[Stored records]
──────────────────────────────

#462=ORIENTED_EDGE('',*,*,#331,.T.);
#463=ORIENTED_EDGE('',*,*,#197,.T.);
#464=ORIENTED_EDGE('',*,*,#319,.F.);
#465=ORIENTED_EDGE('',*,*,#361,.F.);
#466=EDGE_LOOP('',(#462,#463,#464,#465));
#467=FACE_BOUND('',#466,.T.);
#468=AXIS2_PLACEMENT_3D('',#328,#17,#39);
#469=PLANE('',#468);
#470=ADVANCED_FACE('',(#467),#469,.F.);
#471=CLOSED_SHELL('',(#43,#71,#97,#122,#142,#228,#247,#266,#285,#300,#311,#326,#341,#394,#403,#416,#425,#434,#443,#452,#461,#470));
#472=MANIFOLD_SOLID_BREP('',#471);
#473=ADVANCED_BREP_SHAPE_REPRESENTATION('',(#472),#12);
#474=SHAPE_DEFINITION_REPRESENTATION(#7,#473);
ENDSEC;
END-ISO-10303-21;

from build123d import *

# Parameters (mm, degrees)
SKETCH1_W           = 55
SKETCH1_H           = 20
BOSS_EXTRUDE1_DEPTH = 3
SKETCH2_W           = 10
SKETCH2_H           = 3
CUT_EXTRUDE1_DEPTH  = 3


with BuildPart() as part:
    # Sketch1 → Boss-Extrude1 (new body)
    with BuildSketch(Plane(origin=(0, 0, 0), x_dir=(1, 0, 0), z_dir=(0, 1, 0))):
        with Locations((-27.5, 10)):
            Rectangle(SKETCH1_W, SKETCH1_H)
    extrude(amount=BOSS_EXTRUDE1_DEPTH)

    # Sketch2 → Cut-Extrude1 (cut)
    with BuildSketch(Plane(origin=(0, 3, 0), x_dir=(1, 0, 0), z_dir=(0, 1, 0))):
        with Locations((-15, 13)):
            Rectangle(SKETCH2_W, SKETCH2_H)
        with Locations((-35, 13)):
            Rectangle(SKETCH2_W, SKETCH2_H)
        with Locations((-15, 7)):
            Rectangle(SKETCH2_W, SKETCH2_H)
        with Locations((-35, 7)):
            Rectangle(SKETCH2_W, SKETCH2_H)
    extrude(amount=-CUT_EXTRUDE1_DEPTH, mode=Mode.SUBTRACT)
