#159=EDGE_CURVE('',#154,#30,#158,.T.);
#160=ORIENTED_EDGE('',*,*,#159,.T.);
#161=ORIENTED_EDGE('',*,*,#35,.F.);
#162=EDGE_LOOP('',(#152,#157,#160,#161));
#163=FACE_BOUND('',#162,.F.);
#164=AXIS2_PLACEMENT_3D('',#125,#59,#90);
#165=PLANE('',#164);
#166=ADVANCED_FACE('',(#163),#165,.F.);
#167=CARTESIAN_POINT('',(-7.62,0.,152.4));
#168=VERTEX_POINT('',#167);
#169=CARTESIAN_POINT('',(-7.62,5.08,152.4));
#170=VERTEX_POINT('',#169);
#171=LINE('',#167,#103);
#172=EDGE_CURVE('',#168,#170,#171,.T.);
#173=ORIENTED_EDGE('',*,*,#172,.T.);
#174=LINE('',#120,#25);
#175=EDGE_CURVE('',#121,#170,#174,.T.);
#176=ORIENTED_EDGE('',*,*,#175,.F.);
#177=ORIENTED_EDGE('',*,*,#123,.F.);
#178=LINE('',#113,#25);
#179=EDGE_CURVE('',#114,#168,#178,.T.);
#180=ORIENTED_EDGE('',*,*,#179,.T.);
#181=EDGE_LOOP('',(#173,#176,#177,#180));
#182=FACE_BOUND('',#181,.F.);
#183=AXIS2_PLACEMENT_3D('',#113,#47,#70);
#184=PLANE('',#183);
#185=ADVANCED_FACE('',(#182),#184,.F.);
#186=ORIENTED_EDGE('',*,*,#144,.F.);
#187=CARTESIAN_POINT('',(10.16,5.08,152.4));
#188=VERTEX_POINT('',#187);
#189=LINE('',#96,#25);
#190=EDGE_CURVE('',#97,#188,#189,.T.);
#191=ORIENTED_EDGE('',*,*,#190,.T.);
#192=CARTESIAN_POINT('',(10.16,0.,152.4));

──────────────────────────────

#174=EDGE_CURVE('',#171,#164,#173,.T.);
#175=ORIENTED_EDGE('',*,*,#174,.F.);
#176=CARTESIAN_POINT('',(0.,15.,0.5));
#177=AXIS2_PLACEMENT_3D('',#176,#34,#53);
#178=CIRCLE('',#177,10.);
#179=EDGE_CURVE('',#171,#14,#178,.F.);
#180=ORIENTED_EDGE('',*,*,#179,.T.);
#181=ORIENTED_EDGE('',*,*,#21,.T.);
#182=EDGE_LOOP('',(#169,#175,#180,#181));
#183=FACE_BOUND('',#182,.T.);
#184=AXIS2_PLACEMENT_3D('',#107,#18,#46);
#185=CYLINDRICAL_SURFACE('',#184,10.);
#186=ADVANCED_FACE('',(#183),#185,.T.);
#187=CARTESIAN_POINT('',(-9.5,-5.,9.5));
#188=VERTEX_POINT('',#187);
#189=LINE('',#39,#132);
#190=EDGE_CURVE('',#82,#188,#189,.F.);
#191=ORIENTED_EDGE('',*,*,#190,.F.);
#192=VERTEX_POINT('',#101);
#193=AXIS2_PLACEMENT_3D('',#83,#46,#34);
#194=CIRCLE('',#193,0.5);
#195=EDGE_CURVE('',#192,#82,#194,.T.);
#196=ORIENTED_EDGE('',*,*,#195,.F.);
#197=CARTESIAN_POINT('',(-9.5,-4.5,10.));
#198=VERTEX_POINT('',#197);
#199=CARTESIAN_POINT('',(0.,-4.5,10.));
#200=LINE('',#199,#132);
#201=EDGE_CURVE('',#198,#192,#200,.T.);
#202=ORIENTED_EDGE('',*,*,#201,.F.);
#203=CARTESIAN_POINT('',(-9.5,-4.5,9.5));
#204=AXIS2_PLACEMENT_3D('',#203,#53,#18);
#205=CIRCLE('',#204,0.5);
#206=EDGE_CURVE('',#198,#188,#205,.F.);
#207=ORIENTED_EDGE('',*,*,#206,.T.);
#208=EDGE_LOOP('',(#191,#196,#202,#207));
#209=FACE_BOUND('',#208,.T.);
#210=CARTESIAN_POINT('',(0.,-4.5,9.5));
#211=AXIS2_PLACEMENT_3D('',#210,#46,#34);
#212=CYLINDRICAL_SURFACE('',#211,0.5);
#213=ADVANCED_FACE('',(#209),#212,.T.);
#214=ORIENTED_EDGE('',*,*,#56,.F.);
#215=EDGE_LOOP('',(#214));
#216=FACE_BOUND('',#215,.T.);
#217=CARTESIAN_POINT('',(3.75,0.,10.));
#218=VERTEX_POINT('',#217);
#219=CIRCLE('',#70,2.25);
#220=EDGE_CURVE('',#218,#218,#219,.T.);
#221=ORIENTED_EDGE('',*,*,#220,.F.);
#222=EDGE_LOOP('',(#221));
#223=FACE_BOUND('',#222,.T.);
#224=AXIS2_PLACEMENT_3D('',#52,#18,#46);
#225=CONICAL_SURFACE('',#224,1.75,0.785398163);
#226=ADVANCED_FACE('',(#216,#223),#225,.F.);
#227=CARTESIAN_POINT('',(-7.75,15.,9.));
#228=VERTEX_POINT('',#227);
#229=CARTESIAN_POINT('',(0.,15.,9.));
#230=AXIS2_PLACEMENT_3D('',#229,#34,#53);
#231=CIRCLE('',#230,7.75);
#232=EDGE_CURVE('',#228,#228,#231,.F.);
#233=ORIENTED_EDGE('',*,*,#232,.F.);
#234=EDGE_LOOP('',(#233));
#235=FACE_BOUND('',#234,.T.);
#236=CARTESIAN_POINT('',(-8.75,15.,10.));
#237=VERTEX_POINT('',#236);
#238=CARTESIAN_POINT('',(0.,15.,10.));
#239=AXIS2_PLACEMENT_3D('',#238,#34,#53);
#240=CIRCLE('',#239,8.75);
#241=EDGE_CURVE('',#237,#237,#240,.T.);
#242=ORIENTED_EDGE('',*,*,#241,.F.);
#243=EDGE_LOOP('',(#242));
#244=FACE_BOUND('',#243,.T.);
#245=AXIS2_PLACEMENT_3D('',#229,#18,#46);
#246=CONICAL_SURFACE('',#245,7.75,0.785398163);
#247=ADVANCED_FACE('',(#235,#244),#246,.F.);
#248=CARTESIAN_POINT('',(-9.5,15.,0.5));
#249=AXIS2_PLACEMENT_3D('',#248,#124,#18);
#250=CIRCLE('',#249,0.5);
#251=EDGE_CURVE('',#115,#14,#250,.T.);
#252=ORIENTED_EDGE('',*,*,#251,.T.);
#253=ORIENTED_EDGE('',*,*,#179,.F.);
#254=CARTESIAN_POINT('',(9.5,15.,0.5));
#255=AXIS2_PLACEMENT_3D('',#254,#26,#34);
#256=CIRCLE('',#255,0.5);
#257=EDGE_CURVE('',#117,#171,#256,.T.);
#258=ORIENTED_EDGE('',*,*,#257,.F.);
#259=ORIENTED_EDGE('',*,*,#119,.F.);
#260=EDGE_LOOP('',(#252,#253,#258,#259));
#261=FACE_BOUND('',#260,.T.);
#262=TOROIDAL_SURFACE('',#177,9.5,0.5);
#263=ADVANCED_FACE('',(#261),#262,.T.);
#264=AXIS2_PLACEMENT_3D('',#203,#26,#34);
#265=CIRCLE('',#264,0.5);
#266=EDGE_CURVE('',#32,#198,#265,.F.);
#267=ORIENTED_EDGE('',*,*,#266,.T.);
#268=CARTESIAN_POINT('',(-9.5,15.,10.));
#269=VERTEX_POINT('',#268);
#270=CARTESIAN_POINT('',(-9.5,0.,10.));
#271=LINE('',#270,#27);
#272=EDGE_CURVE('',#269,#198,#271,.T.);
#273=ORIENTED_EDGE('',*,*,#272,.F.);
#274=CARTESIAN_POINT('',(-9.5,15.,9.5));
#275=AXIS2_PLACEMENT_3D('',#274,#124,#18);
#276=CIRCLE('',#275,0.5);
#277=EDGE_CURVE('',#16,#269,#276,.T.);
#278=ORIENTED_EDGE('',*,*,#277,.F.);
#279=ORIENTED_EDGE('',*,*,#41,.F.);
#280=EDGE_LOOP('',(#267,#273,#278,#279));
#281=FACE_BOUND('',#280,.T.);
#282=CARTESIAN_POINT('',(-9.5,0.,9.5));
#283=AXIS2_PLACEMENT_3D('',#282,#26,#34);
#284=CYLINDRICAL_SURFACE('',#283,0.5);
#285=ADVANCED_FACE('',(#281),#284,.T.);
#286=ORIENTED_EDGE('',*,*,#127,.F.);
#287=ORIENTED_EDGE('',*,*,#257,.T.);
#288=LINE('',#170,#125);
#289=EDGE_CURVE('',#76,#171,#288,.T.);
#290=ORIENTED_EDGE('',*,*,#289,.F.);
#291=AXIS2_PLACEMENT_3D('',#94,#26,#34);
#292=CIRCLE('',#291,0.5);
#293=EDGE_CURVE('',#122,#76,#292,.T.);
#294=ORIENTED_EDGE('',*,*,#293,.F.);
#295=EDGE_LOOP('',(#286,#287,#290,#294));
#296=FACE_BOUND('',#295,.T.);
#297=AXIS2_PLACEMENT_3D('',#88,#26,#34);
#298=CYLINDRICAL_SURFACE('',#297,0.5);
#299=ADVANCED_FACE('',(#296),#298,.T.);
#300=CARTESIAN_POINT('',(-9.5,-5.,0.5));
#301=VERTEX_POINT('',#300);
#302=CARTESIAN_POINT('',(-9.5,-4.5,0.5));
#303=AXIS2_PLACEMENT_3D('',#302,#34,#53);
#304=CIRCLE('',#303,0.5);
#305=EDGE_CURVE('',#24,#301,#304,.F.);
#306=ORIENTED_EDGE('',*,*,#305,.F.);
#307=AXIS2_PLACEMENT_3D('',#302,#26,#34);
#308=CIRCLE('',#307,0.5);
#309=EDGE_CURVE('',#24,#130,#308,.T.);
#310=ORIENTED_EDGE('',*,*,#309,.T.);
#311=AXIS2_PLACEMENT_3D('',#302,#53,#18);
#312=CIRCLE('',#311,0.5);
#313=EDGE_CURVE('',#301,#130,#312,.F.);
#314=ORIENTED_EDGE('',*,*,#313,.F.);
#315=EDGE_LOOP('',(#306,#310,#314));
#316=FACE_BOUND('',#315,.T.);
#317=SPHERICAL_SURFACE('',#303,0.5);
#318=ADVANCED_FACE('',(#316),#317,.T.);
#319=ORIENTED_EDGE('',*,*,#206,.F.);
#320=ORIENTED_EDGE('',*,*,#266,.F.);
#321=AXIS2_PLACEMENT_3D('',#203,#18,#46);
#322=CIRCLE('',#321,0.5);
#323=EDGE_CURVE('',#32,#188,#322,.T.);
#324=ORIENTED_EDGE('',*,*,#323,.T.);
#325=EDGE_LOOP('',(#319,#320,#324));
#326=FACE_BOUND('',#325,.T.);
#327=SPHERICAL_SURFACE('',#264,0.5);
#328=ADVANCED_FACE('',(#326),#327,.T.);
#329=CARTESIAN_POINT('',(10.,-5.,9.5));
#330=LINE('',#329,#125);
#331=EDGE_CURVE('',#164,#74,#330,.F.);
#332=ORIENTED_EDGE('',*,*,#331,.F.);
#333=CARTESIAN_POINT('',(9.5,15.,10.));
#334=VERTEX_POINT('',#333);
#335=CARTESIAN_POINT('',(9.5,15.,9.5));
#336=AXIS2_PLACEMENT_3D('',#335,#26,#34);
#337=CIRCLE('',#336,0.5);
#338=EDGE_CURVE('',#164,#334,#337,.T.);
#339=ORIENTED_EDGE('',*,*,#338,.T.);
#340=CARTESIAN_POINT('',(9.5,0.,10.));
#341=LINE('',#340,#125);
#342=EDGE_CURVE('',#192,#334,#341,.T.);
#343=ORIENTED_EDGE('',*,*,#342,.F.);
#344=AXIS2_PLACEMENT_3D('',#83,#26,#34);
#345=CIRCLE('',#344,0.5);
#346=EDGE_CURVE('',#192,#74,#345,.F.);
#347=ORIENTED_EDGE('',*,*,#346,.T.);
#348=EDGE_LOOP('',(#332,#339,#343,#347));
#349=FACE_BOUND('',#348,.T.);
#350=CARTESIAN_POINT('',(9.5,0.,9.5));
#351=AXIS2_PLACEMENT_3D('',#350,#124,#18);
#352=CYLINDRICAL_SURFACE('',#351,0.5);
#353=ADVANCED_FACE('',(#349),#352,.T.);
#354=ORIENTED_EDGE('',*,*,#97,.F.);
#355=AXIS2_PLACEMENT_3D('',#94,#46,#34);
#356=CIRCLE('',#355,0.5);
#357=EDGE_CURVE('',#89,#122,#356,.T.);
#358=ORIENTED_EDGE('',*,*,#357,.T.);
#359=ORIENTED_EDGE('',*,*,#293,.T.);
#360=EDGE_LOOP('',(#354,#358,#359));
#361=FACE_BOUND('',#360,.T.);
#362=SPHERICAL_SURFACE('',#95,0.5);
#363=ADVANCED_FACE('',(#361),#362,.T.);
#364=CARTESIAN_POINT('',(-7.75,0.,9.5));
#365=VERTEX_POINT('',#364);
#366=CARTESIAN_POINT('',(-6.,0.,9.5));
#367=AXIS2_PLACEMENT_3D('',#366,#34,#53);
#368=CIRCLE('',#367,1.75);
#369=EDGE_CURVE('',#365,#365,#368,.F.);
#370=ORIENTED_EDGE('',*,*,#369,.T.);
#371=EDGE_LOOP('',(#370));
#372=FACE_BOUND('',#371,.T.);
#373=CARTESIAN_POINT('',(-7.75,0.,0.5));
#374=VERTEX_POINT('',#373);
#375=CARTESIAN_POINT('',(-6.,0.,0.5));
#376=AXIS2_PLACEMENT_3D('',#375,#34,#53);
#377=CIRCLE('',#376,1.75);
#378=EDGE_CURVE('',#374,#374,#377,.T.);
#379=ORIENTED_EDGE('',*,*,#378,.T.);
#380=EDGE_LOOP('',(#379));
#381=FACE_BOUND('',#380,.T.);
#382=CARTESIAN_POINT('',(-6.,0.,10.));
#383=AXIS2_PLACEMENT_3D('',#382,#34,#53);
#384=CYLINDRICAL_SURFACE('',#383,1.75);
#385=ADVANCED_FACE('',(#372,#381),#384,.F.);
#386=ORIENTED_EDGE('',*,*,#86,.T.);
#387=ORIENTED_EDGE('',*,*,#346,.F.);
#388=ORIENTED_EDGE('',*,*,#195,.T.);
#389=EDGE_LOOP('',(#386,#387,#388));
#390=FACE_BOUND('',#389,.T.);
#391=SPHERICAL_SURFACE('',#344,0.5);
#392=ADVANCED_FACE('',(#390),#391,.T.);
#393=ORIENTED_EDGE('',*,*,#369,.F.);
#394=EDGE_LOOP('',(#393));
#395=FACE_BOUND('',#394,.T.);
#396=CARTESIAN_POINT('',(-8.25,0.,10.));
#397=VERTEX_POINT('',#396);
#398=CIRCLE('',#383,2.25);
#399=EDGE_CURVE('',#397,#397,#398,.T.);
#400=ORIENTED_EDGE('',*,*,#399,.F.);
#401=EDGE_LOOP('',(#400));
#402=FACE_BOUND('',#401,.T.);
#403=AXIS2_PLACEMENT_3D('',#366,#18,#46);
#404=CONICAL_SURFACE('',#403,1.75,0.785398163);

──────────────────────────────

• _Prompt_: Print exactly the lines above from the one with "#390=FACE_BOUND('',#389,.T.);" to the one with "#404=CONICAL_SURFACE('',#403,1.75,0.785398163);", including both.

• _Exercise response_:
#390=FACE_BOUND('',#389,.T.);
#391=SPHERICAL_SURFACE('',#344,0.5);
#392=ADVANCED_FACE('',(#390),#391,.T.);
#393=ORIENTED_EDGE('',*,*,#369,.F.);
#394=EDGE_LOOP('',(#393));
#395=FACE_BOUND('',#394,.T.);
#396=CARTESIAN_POINT('',(-8.25,0.,10.));
#397=VERTEX_POINT('',#396);
#398=CIRCLE('',#383,2.25);
#399=EDGE_CURVE('',#397,#397,#398,.T.);
#400=ORIENTED_EDGE('',*,*,#399,.F.);
#401=EDGE_LOOP('',(#400));
#402=FACE_BOUND('',#401,.T.);
#403=AXIS2_PLACEMENT_3D('',#366,#18,#46);
#404=CONICAL_SURFACE('',#403,1.75,0.785398163);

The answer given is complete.